Sake – a Japanese History – travel review

We in the West are becoming more familiar with Sake. There are now many more Japanese restaurants in our cities and all of them will have a drinks menu that will include a sake or two. It’s the Japanese national alcoholic beverage and most people already know that it’s made of rice.

Yes, it’s called sake in the English-speaking world and in most other countries as well, but in Japan that word refers to every form of alcohol. The Japanese term for this specific drink is Nihonshu which just means “Japanese alcohol”.

Sake is an ancient drink that started as more of a food. Rice was first chewed and then fermented. The earliest reference to alcohol in Japan is found in “The Book of Wei” written by Wei Shou from 551 to 554 and is a text in Chinese. Sake is also referred to in the “Kojiki”, written by Ō no Yasumaro at the request of Empress Gemmei, Japan’s earliest history document, which dates from around 711. By the Asuka period (from 592 to 710) sake as we know it was being made from the traditional ingredients of rice, water and yellow kōji mould (Aspergillus oryzae).

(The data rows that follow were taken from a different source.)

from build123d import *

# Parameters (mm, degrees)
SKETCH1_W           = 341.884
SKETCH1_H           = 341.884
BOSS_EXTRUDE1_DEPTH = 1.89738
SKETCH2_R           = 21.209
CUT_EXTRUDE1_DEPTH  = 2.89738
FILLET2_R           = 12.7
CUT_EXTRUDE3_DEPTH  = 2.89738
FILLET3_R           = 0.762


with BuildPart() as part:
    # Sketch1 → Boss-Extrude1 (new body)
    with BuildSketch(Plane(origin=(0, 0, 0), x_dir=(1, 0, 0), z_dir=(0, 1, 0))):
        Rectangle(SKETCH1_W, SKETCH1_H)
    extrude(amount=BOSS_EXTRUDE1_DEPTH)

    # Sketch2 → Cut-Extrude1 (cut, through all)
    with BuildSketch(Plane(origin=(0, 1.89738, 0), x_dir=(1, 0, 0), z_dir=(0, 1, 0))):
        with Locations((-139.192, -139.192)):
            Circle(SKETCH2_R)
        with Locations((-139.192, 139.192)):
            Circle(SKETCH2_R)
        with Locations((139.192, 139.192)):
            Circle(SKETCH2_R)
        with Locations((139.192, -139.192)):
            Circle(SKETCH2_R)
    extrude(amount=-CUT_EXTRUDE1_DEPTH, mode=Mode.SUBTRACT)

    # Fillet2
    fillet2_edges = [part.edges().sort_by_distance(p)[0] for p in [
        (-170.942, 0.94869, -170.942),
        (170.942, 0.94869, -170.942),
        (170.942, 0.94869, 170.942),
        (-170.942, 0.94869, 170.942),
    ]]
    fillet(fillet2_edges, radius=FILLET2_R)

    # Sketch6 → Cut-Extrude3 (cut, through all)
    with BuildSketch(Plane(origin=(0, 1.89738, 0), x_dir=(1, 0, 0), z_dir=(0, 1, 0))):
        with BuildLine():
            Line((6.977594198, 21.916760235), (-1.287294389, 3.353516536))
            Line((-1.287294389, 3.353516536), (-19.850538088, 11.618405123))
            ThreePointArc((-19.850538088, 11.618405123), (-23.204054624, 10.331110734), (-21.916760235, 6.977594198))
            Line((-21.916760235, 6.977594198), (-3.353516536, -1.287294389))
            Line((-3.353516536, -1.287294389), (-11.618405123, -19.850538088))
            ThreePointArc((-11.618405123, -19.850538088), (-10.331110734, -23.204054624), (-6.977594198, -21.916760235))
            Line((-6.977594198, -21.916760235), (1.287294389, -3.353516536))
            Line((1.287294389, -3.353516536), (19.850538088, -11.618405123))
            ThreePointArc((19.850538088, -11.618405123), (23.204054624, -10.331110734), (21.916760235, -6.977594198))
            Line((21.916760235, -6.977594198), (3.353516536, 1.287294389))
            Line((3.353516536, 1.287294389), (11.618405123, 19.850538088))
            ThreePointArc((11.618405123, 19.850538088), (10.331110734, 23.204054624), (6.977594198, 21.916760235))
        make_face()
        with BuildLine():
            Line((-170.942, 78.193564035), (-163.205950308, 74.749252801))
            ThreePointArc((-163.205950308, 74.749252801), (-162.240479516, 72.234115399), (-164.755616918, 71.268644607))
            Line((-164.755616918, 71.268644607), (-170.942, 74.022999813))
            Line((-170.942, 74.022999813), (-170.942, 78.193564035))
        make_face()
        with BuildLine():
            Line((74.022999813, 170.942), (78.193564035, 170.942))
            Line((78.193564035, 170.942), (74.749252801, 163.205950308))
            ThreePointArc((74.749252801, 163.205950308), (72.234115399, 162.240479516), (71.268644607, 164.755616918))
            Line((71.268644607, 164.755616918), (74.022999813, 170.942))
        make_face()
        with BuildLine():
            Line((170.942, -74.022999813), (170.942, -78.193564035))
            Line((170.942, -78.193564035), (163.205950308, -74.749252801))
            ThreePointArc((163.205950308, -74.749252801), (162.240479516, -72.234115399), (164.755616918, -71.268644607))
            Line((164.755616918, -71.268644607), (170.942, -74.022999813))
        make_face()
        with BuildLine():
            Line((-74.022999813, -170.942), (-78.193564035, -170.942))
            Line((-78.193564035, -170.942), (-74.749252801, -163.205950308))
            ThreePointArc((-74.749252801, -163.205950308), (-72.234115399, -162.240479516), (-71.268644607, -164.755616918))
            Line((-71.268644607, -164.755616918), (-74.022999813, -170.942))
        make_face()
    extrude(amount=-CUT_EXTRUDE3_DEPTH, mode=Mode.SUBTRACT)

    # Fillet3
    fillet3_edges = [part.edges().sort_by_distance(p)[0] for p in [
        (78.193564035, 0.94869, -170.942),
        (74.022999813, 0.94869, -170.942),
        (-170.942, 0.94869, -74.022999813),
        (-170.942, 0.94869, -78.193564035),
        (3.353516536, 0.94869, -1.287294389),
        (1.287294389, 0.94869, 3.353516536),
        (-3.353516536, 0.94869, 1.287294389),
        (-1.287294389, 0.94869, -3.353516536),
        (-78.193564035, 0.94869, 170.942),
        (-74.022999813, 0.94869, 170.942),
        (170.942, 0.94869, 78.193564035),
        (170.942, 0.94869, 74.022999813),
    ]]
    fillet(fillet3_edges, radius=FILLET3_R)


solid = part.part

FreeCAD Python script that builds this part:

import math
import FreeCAD as App
import Part
import Sketcher
from FreeCAD import Vector
Q = App.Units.Quantity


def edges_at(feature, points):
    """Names of the edges that pass closest to the given points."""
    edges = feature.Shape.Edges
    near = lambda p: min(range(len(edges)), key=lambda i: edges[i].distToShape(Part.Vertex(*p))[0])
    return sorted({f"Edge{near(p) + 1}" for p in points})


def add_polygon(sketch, points):
    """Adds a closed chain of lines whose ends are joined by coincident constraints."""
    first, n = sketch.GeometryCount, len(points)
    for a, b in zip(points, points[1:] + points[:1]):
        sketch.addGeometry(Part.LineSegment(App.Vector(*a, 0), App.Vector(*b, 0)), False)
    for i in range(n):
        sketch.addConstraint(Sketcher.Constraint("Coincident", first + i, 2, first + (i + 1) % n, 1))

doc = App.newDocument("Part")
params = doc.addObject("Spreadsheet::Sheet", "Params")
for row, (alias, value) in enumerate([
    ("sketch1_width", "13.46 in"),
    ("pad1_length", "0.0747 in"),
    ("sketch2_diameter", "1.67 in"),
    ("fillet_radius", "0.5 in"),
    ("sketch3_radius", "0.1 in"),
    ("sketch3_radius2", "0.075 in"),
    ("sketch3_length", "0.8 in"),
    ("fillet2_radius", "0.03 in"),
], start=1):
    params.set(f"A{row}", alias)
    params.set(f"B{row}", "=" + value)
    params.setAlias(f"B{row}", alias)

body = doc.addObject("PartDesign::Body", "Body")

sketch1 = body.newObject("Sketcher::SketchObject", "Sketch")
sketch1.AttachmentSupport = (doc.getObject("XZ_Plane"), [""])
sketch1.MapMode = "FlatFace"
add_polygon(sketch1, [(-171, -171), (-171, 171), (171, 171), (171, -171)])
sketch1.addConstraint([
    Sketcher.Constraint("Vertical", 0),
    Sketcher.Constraint("Horizontal", 1),
    Sketcher.Constraint("Vertical", 2),
    Sketcher.Constraint("Horizontal", 3),
    Sketcher.Constraint("Symmetric", 0, 2, 2, 2, -1, 1),
    Sketcher.Constraint("Equal", 3, 0),
    Sketcher.Constraint("DistanceX", 1, 1, 1, 2, Q("13.46 in")),
])
sketch1.setExpression("Constraints[10]", "Params.sketch1_width")
pad1 = body.newObject("PartDesign::Pad", "Pad")
pad1.Profile = sketch1
pad1.setExpression("Length", "Params.pad1_length")
pad1.Reversed = True

sketch2 = body.newObject("Sketcher::SketchObject", "Sketch001")
sketch2.AttachmentSupport = (doc.getObject("XZ_Plane"), [""])
sketch2.MapMode = "FlatFace"
sketch2.AttachmentOffset = App.Placement(Vector(0, 0, -0.0747 * 25.4), App.Rotation())
sketch2.addGeometry([
    Part.Circle(Vector(-139, 139, 0), Vector(0, 0, 1), 21),
    Part.Circle(Vector(-139, -139, 0), Vector(0, 0, 1), 21),
    Part.Circle(Vector(139, -139, 0), Vector(0, 0, 1), 21),
    Part.Circle(Vector(139, 139, 0), Vector(0, 0, 1), 21),
], False)
sketch2.addConstraint([
    Sketcher.Constraint("Equal", 0, 1),
    Sketcher.Constraint("Equal", 1, 2),
    Sketcher.Constraint("Equal", 2, 3),
    Sketcher.Constraint("Symmetric", 0, 3, 2, 3, -1, 1),
    Sketcher.Constraint("Symmetric", 1, 3, 3, 3, -1, 1),
    Sketcher.Constraint("Symmetric", 1, 3, 2, 3, -2),
    Sketcher.Constraint("Diameter", 0, Q("1.67 in")),
    Sketcher.Constraint("DistanceX", 0, 3, -1, 1, Q("5.48 in")),
    Sketcher.Constraint("DistanceY", -1, 1, 0, 3, Q("5.48 in")),
])
sketch2.setExpression("Constraints[6]", "Params.sketch2_diameter")
pocket1 = body.newObject("PartDesign::Pocket", "Pocket")
pocket1.Profile = sketch2
pocket1.Type = "ThroughAll"
pocket1.Reversed = True
doc.recompute()

fillet = body.newObject("PartDesign::Fillet", "Fillet")
fillet.Base = (pocket1, edges_at(pocket1, [
    (-170.942, 0.949, -170.942),
    (170.942, 0.949, -170.942),
    (170.942, 0.949, 170.942),
    (-170.942, 0.949, 170.942),
]))
fillet.setExpression("Radius", "Params.fillet_radius")

sketch3 = body.newObject("Sketcher::SketchObject", "Sketch002")
sketch3.AttachmentSupport = (doc.getObject("XZ_Plane"), [""])
sketch3.MapMode = "FlatFace"
sketch3.AttachmentOffset = App.Placement(Vector(0, 0, -0.0747 * 25.4), App.Rotation())
sketch3.addGeometry([
    Part.LineSegment(Vector(7, -21.9, 0), Vector(-1.3, -3.4, 0)),
    Part.LineSegment(Vector(-1.3, -3.4, 0), Vector(-19.9, -11.6, 0)),
    Part.ArcOfCircle(Part.Circle(Vector(-20.9, -9.3, 0), Vector(0, 0, 1), 2.5), math.radians(114), math.radians(294)),
    Part.LineSegment(Vector(-21.9, -7, 0), Vector(-3.4, 1.3, 0)),
    Part.LineSegment(Vector(-3.4, 1.3, 0), Vector(-11.6, 19.9, 0)),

In the Heian period (from 794 to 1185) sake was a drink reserved for religious ceremony and not made for popular consumption.

Sake production was a government monopoly for centuries, but in the 1100s temples were allowed to produce sake, and they became the key producers for the next 500 years.

Sake is regularly described as rice wine but, unlike the wine that one would make from grapes, sake is produced via a brewing method similar to that of beer. The sugar necessary to produce alcohol must first be converted from rice starch. The difference in alcohol content between wine, beer and sake is that table wine usually has 8 to 14% alcohol, beer has 3 to 6%, whilst sake has 12 to 18% alcohol.

During the Meiji Restoration (restoring imperial rule to Japan in 1868), laws allowed anybody set up their own sake breweries. Around 30,000 of them opened across Japan, and most that continued past this era were those operated by wealthy landowners who grew table rice. They would have some of their crop left over at the end of the season and, rather than wasting the grain, they sent it to their breweries to be made into sake.

When in World War II Japan found itself short of rice for sake-making, alcohol was added to increase its volume. As early as the late 17th century it had been discovered that small amounts of alcohol could be added to sake before pressing to extract more flavour from the rice, but during the War pure alcohol and glucose were added, to considerably increase the sake yield. The majority of modern sake is now made with additional alcohol.

In Japan sake is served chilled, at room temperature, or warm, depending on the custom of the drinker, the quality of the sake, and the weather. Warm or hot sake is popular when it’s cold outside and it’s said that heating improves a poor bottle of sake. The best quality sake is never consumed hot because it’s considered that the flavour would be impaired.

Sake is usually drunk from traditional small cups called o choko. These are stemless and usually ceramic, and many have become collectors’ items. They were preferred as there was less chance of them being upturned by the swinging sleeves of those wearing elaborate kimonos. Stemmed glasses are now sometimes used for the finest sake and one finds them used increasingly for sake tasting. It is the custom for guests to serve others rather than themselves. Another traditional drinking vessel is the wooden masu. This is a small square box usually made of Japanese cedar, and was originally used as a one-portion measure for rice.

Sake at home is best kept refrigerated or in a cool cupboard.  If stored at room temperature it is best enjoyed within a couple of months as it is believed that sake does not age well, although there are now some bottles that are considered to improve with age. After opening, a bottle of sake remains at its best a little longer than would wine, but should still be consumed as soon as possible.